Physics for a Mathematician 02 - Witten's Supersymmetry and Morse Theory

We begin with Witten's Supersymmetry and Morse Theory (1982), which I had heard was a decent starting point for understanding the connections between physics and mathematics. The trouble with starting here, I have found, is a somewhat foundational problem:

The goal of this series is to delve into understanding physics for the eventual purpose of application in mathematics.

For Witten's paper, you have to know the physics already to truly understand the motivation.

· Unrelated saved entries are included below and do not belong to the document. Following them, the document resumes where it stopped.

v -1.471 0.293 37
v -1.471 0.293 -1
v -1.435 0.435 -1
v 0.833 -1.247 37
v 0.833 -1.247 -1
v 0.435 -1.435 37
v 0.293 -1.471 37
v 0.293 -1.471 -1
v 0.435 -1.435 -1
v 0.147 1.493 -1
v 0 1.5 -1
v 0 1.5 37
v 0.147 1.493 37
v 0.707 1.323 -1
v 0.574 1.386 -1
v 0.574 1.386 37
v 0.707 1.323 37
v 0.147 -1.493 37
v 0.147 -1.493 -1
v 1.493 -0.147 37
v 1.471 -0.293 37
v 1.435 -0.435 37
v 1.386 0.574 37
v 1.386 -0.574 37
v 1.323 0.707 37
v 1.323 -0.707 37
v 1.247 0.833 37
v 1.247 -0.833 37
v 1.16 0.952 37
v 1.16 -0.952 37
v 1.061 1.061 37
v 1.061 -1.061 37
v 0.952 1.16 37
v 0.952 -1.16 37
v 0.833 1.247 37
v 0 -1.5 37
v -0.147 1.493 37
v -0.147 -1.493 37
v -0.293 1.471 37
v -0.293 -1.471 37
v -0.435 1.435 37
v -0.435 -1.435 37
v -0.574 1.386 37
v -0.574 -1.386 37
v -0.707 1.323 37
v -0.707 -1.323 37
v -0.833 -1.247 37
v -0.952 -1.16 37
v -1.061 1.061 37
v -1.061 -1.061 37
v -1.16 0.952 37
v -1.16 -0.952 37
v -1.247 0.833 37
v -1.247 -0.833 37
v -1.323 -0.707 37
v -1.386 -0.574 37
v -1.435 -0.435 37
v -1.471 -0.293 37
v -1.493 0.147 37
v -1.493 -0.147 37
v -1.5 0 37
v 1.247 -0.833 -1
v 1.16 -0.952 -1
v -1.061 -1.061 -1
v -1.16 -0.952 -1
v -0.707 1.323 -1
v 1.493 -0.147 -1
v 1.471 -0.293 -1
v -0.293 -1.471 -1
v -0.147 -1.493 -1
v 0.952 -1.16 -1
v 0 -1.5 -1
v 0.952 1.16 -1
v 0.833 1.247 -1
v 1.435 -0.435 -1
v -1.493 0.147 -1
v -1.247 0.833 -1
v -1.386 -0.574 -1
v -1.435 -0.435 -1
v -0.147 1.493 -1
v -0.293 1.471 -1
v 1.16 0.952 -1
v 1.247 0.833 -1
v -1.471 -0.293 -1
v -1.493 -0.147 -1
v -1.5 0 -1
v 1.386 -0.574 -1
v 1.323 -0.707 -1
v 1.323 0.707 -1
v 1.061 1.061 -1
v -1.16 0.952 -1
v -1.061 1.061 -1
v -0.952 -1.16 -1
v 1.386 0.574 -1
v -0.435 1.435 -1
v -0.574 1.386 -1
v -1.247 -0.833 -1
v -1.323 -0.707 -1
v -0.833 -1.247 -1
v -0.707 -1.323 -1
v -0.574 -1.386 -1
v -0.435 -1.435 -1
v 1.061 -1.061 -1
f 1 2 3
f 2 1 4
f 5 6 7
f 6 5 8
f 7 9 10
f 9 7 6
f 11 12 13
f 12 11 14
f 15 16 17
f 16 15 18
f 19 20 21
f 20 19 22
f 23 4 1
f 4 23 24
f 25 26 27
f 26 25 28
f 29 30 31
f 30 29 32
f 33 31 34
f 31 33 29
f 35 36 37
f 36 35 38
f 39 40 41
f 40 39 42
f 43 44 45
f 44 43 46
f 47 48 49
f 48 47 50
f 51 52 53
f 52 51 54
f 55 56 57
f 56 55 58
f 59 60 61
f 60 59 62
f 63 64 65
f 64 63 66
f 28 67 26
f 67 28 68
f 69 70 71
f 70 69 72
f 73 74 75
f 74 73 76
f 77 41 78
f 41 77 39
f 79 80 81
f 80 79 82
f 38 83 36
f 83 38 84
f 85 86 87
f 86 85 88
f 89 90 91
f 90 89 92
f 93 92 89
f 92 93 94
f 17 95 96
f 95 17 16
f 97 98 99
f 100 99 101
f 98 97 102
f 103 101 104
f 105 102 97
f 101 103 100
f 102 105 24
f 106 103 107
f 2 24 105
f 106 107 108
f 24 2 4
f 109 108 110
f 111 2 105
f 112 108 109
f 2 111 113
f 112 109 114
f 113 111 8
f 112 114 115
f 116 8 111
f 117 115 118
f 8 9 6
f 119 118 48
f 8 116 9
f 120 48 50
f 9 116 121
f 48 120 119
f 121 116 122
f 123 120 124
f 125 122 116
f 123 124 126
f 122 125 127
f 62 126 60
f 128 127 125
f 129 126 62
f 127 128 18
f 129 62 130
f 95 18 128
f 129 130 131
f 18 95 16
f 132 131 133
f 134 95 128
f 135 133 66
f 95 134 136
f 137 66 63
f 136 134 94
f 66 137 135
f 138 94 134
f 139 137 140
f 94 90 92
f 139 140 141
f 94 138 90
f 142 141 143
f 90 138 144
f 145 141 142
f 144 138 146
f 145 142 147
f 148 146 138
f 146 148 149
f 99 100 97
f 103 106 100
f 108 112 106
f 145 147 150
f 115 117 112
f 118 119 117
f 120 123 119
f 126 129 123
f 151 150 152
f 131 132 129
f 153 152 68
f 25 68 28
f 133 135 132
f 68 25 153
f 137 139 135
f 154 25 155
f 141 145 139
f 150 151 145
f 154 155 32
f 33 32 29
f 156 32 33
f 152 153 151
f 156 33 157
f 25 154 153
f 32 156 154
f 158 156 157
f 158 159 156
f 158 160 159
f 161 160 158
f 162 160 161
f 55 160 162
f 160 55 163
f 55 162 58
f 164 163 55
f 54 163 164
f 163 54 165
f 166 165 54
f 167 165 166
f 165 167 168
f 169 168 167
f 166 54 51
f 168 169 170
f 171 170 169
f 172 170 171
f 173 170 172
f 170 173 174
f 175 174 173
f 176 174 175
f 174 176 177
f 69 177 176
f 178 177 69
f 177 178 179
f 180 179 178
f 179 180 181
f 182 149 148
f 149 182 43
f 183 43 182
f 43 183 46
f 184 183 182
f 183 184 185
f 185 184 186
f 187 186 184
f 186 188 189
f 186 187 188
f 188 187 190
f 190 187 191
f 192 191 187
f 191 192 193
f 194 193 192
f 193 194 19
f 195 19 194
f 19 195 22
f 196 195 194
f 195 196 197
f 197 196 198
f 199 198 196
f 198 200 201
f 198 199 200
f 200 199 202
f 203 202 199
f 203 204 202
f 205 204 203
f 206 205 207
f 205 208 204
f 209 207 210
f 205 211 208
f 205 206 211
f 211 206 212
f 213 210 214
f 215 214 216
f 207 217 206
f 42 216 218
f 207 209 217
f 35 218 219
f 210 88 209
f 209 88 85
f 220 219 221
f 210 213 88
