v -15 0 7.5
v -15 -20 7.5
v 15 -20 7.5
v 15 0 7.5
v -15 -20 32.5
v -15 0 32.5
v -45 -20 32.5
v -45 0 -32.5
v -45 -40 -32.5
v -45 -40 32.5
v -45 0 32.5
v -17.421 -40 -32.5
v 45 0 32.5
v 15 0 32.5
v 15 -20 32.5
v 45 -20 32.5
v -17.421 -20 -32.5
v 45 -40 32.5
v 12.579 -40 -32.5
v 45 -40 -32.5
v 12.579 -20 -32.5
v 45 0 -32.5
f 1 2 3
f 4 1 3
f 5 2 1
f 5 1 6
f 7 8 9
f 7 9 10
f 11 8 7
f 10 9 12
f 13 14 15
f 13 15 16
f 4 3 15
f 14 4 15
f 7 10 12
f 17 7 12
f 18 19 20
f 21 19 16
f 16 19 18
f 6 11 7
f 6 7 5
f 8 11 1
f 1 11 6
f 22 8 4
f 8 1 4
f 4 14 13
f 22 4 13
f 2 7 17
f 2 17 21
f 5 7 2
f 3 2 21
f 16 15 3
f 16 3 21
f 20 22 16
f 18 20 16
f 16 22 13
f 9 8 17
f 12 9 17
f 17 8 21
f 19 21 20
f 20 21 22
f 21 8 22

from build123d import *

# Parameters (mm, degrees)
F0_W     = 90
F0_H     = 65
F1_DEPTH = 40
F3_DEPTH = 20
F4_W     = 30
F4_H     = 50
F5_DEPTH = 20.001


with BuildPart() as f1:
    # F0 (on Front) → F1 (new body)
    with BuildSketch(Plane.XZ):
        Rectangle(F0_W, F0_H)
    extrude(amount=F1_DEPTH)

    # F2 (on face) → F3 (cut)
    with BuildSketch(Plane.XZ.offset(40)):
        Polygon((-45, 32.5), (-17.421313, -32.5), (12.578687, -32.5), (45, 32.5), align=None)
    extrude(amount=-F3_DEPTH, mode=Mode.SUBTRACT)

    # F4 (on face) → F5 (cut, through all)
    with BuildSketch(Plane.XZ.offset(20)):
        with Locations((0, 32.5)):
            Rectangle(F4_W, F4_H)
    extrude(amount=-F5_DEPTH, mode=Mode.SUBTRACT)


solid = f1.part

That's not to say that there is not good mathematics in the paper, but rather that the physical arguments used come out of left field, which is a mixed blessing for me. On the one hand, I certainly don't understand every aspect of what Witten writes. On the other, it provides some direction for my foray into physics, since I have a better sense of what I need to learn. What I aim to do in this blog post is to describe (some subset of) the mathematics that Witten discusses, and to attempt to say something about some of the underlying physical principles. This last bit is particularly nontrivial: it's a main reason why this post has taken so darn long to write.

First, a few caveats:

• This series of posts only works towards Sections 1 and 2 of Witten's paper, which I'll admit is as much as I read. Furthermore, with respect to Section 2, I'm only going to talk about the non-degenerate situation, since I don't think it's useful to worry about more technical details when my focus is on understanding the physics.
• Even when I discuss the physics, I'm going to be a bit cavalier in avoiding path integrals for now, mostly because I'm not so comfortable with them. Instead, I will be trying to state the part of the story which I understand, which at times is more heuristic than anything. I would appreciate any comments, fixing errors in my understanding or providing an extra part of the picture. Although I spent time trying to make the presentation look nice, please feel free to be skeptical, as I do not want to feign any sort of expertise.
• This series, Physics for Mathematician, is likely in general to be light on proofs. That is certainly the case here.
• I hope that some of these posts will be readable for first- or second-year graduate students in math (and maybe also physics?). I have done what I can to assume little prerequisite knowledge, though perhaps more strictly in some sections over others.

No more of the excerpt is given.